Across Kerala today, Hindu groups have displayed blown-up photos of BJP state president Surendran's tussle with policemen at Sabarimala. "Never forget who stood up for Hindus!" it says in enormous yellow Malayalam letters.

"Both the Congress and the BJP converted a feminist issue into a religious one," said Ms Veena George, a communist legislator from Aranmula in Pathanamthitta district that was the epicentre of the Sabarimala protests. Campaigning for re-election in the same constituency, Ms George said she respected people's faith, but "would rather speak of rainwater harvesting, roads, food security and housing".

Interestingly, even Pathanamthitta locals who appreciated the BJP's role in blocking women's temple entry, preferred that their politicians speak of socioeconomic issues.

"Two floods, the protests, then coronavirus has killed our income and peace of mind.
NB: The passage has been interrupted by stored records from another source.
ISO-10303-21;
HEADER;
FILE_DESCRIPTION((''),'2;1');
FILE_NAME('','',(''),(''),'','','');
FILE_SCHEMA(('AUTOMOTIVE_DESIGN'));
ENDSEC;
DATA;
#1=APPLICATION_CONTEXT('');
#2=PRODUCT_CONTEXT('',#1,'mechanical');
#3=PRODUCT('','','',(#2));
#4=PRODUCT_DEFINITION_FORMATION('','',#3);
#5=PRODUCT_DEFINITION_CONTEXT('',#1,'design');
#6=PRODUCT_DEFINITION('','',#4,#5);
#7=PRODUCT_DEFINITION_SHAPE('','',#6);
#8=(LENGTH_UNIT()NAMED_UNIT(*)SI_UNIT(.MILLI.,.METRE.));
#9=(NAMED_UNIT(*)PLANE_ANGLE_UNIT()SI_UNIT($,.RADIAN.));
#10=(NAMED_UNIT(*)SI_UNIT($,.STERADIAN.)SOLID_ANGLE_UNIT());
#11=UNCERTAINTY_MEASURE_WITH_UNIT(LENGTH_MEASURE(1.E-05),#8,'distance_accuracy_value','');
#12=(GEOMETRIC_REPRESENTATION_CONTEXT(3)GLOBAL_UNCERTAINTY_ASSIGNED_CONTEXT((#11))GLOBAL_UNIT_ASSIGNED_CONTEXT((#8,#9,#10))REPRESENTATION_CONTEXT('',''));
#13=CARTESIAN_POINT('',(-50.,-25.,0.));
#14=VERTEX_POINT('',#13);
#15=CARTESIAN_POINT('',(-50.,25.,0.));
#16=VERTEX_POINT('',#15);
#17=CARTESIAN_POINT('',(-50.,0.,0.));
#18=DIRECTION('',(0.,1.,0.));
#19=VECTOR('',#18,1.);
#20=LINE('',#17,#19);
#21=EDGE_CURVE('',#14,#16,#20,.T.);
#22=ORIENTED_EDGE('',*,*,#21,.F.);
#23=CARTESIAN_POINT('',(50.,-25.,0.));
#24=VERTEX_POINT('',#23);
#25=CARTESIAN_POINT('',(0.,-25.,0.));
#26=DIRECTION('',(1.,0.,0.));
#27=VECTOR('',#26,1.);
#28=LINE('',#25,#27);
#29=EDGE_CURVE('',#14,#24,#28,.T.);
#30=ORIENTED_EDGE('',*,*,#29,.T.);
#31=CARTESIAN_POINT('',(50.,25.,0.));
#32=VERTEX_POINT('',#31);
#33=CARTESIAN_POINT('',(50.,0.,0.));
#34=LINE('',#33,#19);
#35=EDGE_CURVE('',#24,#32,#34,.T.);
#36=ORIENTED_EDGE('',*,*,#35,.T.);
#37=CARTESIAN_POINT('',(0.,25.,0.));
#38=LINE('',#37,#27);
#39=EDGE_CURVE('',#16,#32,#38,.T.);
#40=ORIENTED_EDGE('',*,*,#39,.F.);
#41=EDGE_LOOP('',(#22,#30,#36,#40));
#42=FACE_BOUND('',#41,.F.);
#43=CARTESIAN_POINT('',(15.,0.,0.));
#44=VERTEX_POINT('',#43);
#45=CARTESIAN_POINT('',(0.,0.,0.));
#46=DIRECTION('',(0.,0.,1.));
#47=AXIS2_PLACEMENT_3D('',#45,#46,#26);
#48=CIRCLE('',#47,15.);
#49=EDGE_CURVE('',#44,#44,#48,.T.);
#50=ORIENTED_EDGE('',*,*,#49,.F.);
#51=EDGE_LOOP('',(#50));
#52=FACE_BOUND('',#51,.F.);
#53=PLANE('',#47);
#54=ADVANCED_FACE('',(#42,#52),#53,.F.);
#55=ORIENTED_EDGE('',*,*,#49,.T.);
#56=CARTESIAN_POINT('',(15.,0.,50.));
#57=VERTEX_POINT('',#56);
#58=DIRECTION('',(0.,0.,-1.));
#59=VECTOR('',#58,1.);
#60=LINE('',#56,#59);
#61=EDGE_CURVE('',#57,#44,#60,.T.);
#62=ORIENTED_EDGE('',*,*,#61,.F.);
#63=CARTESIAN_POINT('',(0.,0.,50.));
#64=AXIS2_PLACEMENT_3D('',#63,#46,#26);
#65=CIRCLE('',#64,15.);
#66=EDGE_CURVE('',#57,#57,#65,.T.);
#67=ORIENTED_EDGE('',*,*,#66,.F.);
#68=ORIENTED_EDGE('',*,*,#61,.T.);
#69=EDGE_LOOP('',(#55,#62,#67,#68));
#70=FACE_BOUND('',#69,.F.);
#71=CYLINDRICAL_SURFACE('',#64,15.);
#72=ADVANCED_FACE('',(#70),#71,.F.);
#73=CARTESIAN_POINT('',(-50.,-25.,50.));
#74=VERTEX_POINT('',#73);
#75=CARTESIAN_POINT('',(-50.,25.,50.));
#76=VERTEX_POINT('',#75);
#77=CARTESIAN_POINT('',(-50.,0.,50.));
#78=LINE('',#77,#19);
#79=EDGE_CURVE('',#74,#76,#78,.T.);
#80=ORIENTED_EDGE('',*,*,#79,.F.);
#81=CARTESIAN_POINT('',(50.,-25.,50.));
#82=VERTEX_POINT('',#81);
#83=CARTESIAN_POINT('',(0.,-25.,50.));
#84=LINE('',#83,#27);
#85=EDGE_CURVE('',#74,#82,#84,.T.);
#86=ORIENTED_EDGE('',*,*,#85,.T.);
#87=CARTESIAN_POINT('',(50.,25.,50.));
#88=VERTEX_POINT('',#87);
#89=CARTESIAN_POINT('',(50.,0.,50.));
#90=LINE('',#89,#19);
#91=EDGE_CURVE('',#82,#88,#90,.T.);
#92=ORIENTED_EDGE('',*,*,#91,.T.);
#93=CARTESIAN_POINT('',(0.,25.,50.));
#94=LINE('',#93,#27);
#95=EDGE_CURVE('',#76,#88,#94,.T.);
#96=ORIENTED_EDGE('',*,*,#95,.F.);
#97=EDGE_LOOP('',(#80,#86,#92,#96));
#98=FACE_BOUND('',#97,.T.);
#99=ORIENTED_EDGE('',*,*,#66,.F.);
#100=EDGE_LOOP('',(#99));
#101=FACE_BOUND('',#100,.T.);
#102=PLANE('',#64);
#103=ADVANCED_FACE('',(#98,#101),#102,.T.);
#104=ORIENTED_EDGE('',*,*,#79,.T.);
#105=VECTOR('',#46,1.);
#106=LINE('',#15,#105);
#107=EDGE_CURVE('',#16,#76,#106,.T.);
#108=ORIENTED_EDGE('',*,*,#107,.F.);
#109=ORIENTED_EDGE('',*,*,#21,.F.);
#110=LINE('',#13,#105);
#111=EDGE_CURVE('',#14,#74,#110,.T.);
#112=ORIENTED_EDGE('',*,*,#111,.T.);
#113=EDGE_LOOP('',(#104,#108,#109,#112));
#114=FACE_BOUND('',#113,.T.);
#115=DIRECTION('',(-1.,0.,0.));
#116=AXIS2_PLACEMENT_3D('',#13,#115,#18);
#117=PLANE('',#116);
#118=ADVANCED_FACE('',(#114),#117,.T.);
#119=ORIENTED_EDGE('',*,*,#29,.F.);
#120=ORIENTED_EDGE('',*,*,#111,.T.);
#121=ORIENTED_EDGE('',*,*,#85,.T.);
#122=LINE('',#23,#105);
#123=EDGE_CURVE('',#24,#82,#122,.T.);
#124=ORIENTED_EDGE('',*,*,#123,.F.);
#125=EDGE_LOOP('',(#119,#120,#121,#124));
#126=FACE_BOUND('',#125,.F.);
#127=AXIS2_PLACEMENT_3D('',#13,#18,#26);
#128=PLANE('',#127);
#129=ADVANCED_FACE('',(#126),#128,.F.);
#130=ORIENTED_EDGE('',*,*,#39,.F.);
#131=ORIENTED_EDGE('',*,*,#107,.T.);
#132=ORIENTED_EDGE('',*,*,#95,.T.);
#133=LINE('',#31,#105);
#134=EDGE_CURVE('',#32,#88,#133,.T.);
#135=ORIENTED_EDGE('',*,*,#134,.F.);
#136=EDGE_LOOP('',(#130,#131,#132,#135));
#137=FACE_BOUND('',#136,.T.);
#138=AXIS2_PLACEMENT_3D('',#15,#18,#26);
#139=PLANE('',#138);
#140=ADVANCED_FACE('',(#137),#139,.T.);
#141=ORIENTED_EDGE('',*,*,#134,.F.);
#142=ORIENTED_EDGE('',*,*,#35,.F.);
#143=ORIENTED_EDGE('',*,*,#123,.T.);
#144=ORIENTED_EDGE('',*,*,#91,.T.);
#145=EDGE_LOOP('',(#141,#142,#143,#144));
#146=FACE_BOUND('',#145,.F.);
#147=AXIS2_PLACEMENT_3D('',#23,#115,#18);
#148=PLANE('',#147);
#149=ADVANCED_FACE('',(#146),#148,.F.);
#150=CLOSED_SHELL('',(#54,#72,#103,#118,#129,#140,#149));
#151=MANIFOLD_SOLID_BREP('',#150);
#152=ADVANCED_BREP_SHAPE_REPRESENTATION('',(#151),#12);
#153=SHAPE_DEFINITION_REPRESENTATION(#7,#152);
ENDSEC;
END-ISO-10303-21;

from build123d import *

# Parameters (mm, degrees)
F0_W     = 100
F0_H     = 50
F1_DEPTH = 50
F2_R     = 15
F3_DEPTH = 50
F4_DEPTH = 50


with BuildPart() as f1:
    # F0 (on Top) → F1 (new body)
    with BuildSketch(Plane.XY):
        Rectangle(F0_W, F0_H)
    extrude(amount=F1_DEPTH)

    # F2 (on face) → F3 (cut)
    with BuildSketch(Plane.XY.offset(50)):
        Circle(F2_R)
    extrude(amount=F3_DEPTH, mode=Mode.SUBTRACT)

    # F2 (on face) → F4 (cut)
    with BuildSketch(Plane.XY.offset(50)):
        Circle(F2_R)
    extrude(amount=-F4_DEPTH, mode=Mode.SUBTRACT)


solid = f1.part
I am a devoted Hindu, and I will never let my wife go to Sabarimala, but from the government, I want a livelihood, pension, and affordable education for my daughters," said Mr Sreejith J., 38, who lost his accounting job during the pandemic.

Trying to balance the party's core concerns and voters' priorities, the BJP manifesto thus promises a new law for Sabarimala, another banning forced religious conversion through inter-religious marriage, at least one job per family, land to marginalised tribes and Dalits (former "untouchables" in India's caste system), and free laptops for high schoolers.

It has conspicuously overlooked banning cow slaughter in the state that loves its beef fry. The party's leaders are also courting church representatives, with BJP spokesman B. Gopalakrishnan saying that some Orthodox Christian groups "indicated their support" but still had "some misgivings".

The party has also hedged its bets by falling back on Mr Modi. Tall hoardings feature the bearded prime minister advertising national government schemes like subsidised cooking gas and housing.